Thinking ahead: As a parent life always moves more smoothly when we think ahead and are prepared for events, and so it is for our children. Keeping a family calendar in full view helps everyone know what others are doing and mentally primes us for small, daily changes. Again modelling, using regular reference to the calendar will show younger children where they can access information about changes and allow them to use their routines to accommodate them. Thinking ahead though isn’t just about diary dates, creating a routine of talking through what’s to come can also empower our children and encourage excitement rather than anxiety towards new and challenging developments. School topics, syllabi, expectations and responsibilities will change with the progression of a new school year, but they won’t all happen in the first week of term. As the months unroll, they will reveal themselves, so constant conversation of what’s about to come can be really helpful to see how your child feels and offers sufficient time to help them adjust and feel positive towards their own progression.

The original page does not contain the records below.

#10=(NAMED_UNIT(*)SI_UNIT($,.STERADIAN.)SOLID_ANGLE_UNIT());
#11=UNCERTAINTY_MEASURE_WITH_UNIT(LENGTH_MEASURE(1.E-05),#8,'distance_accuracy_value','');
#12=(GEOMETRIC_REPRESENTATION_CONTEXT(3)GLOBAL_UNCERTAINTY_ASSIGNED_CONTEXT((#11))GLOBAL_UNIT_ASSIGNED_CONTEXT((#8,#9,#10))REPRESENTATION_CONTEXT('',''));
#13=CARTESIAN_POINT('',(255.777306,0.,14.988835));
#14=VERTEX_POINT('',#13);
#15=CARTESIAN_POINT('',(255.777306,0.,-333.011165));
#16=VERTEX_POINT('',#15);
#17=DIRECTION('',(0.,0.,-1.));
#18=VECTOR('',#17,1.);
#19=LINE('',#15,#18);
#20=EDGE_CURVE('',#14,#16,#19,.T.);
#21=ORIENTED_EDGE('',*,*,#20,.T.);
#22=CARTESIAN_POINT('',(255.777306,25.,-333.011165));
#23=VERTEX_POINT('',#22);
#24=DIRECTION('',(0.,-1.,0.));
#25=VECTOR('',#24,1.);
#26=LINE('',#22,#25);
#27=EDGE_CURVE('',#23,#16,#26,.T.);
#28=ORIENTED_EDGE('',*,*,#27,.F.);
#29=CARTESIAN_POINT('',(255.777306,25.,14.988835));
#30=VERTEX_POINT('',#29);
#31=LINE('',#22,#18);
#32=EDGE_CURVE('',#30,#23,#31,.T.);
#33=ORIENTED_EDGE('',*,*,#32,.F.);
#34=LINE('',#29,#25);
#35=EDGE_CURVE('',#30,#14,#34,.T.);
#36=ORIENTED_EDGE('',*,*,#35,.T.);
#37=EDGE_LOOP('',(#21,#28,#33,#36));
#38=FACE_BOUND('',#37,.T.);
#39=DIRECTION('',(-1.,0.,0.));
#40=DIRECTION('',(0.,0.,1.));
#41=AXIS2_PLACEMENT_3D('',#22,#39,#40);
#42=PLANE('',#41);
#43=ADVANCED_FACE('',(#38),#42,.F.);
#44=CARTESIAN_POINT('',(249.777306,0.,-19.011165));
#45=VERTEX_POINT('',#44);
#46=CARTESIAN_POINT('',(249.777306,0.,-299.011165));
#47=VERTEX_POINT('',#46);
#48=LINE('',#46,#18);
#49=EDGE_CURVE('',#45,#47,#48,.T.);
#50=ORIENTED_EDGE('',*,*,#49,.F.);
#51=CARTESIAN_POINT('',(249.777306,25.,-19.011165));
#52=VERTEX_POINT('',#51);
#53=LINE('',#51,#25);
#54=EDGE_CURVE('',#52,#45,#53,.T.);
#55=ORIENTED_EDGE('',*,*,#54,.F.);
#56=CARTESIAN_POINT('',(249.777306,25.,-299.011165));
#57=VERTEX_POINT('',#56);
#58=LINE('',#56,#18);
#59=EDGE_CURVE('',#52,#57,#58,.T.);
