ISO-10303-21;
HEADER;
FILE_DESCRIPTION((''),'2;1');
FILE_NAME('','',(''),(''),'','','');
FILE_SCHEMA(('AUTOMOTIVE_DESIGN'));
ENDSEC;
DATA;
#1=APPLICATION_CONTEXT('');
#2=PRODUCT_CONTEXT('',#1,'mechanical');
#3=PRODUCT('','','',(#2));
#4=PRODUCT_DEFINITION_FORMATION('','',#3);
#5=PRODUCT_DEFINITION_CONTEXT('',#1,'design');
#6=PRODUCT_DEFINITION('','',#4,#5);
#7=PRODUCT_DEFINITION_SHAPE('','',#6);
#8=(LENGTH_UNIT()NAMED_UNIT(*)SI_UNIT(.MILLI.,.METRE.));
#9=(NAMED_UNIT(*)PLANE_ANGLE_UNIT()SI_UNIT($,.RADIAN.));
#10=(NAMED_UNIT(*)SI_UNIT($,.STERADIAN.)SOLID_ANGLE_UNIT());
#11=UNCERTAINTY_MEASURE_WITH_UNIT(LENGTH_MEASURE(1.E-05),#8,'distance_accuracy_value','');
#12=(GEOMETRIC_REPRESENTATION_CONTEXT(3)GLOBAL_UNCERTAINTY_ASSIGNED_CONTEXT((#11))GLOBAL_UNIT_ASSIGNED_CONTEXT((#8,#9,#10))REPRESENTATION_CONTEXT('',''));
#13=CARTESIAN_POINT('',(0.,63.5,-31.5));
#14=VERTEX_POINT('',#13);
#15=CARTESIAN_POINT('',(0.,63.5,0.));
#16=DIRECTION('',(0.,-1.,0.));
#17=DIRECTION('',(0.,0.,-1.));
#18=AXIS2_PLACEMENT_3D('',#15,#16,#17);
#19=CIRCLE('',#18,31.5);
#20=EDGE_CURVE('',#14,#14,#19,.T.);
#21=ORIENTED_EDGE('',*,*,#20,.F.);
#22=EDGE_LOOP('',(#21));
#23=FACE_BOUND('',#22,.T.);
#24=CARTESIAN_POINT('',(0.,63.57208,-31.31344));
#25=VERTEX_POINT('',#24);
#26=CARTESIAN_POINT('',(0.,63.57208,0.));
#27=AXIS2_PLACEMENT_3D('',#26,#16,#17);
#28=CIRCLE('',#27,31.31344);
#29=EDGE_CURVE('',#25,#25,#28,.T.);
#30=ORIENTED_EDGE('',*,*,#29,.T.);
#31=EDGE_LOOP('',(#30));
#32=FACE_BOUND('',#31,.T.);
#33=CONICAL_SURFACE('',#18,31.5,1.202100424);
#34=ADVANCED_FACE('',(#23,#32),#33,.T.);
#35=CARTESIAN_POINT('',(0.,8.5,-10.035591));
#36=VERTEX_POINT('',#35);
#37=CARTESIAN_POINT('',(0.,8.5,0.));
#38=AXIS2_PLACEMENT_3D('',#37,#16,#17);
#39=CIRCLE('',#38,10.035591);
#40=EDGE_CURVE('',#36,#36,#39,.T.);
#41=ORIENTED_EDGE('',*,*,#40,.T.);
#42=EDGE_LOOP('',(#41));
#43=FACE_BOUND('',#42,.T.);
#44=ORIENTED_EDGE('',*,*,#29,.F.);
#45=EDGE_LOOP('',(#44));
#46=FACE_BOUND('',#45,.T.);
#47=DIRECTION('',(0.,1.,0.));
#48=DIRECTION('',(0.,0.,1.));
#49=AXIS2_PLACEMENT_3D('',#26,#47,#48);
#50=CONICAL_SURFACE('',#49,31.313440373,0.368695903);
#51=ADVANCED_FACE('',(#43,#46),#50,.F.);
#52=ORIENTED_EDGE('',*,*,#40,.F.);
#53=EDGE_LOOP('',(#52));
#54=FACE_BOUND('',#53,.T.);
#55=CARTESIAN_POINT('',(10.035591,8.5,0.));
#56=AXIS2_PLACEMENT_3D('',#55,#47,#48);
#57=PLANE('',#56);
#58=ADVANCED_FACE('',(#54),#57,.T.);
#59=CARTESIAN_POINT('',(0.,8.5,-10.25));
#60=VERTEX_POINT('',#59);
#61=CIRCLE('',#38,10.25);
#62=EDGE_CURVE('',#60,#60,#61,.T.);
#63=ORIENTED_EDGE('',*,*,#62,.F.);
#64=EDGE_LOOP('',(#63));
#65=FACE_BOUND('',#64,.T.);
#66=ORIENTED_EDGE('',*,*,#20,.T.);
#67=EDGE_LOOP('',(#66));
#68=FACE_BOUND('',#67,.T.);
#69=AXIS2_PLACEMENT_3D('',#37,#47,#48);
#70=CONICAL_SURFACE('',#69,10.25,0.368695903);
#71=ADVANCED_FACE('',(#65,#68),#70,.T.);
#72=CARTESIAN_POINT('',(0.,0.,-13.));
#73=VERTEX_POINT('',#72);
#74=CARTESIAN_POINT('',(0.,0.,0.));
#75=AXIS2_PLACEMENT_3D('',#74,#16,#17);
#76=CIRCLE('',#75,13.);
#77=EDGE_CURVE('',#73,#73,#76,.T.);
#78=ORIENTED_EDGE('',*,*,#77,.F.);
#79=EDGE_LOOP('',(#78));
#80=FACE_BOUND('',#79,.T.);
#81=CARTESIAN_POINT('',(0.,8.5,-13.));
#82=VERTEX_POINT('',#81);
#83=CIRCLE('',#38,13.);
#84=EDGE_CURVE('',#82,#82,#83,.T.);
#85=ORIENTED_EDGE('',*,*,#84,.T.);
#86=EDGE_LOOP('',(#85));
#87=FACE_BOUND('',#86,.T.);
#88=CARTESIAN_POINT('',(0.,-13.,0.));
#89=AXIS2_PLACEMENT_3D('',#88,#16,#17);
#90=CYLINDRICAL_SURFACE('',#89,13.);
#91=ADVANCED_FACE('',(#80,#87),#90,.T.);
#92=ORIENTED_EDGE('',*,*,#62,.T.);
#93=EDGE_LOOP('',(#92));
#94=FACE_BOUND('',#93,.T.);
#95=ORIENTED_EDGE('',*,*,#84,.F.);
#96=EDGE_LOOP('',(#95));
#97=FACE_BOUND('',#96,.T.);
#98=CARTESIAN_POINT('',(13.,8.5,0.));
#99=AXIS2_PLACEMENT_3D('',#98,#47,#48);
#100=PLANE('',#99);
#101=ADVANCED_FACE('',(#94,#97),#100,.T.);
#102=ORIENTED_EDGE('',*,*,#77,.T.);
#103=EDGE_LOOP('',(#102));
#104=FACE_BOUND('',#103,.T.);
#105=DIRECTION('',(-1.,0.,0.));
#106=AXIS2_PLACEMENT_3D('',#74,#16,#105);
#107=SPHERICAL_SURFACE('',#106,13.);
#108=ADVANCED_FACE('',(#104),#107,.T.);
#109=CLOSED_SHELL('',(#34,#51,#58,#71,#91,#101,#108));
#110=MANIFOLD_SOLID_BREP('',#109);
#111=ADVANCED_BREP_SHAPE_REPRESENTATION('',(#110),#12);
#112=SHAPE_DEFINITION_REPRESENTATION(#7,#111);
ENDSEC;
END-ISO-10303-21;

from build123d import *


with BuildPart() as part:
    # Sketch1 → Revolve1 (revolve)
    with BuildSketch(Plane.XY):
        with BuildLine():
            Line((13, 8.5), (10.25, 8.5))
            Line((10.25, 8.5), (31.5, 63.5))
            Line((31.5, 63.5), (31.313440373, 63.572079856))
            Line((31.313440373, 63.572079856), (10.035591338, 8.5))
            Line((10.035591338, 8.5), (0, 8.5))
            Line((0, 8.5), (0, -13))
            ThreePointArc((0, -13), (9.192388155, -9.192388155), (13, 0))
            Line((13, 0), (13, 8.5))
        make_face()
    revolve(axis=Axis((0, -13, 0), (0, 1, 0)))


solid = part.part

Lastly, get into a routine of asking for help: In the UK we used the assumptive positive parenting model where we assume all parents can do a great job of parenting without the need for free, accessible support. Typically, as parents we wait until the wheels drop off and we feel totally at sea before asking for external, professional help. Why? Parenting is the hardest job any of us will ever do. There is no parent that hasn’t had times when they are unsure, lost or totally overwhelmed, and plenty of parents who have tried all the suggestions of friends and modelled all the behaviours seen as a child growing up and yet challenges persist. Schools deal with children all day long, teachers are trained to get the best out of them and most schools have specific support staff to help parents who have questions and need advice. Some even have specific parent support help and others who work with agencies like Place To Be will work with children and parents. Don’t struggle alone, this usually leads to making matters worse, as a parent, you deserve to be supported. (For free confidential advice and support go to https://www.familylives.org.uk/)


Good luck to everyone for the new year ahead, I wish happiness and success for all.


As always, your thoughts and comments are most welcome.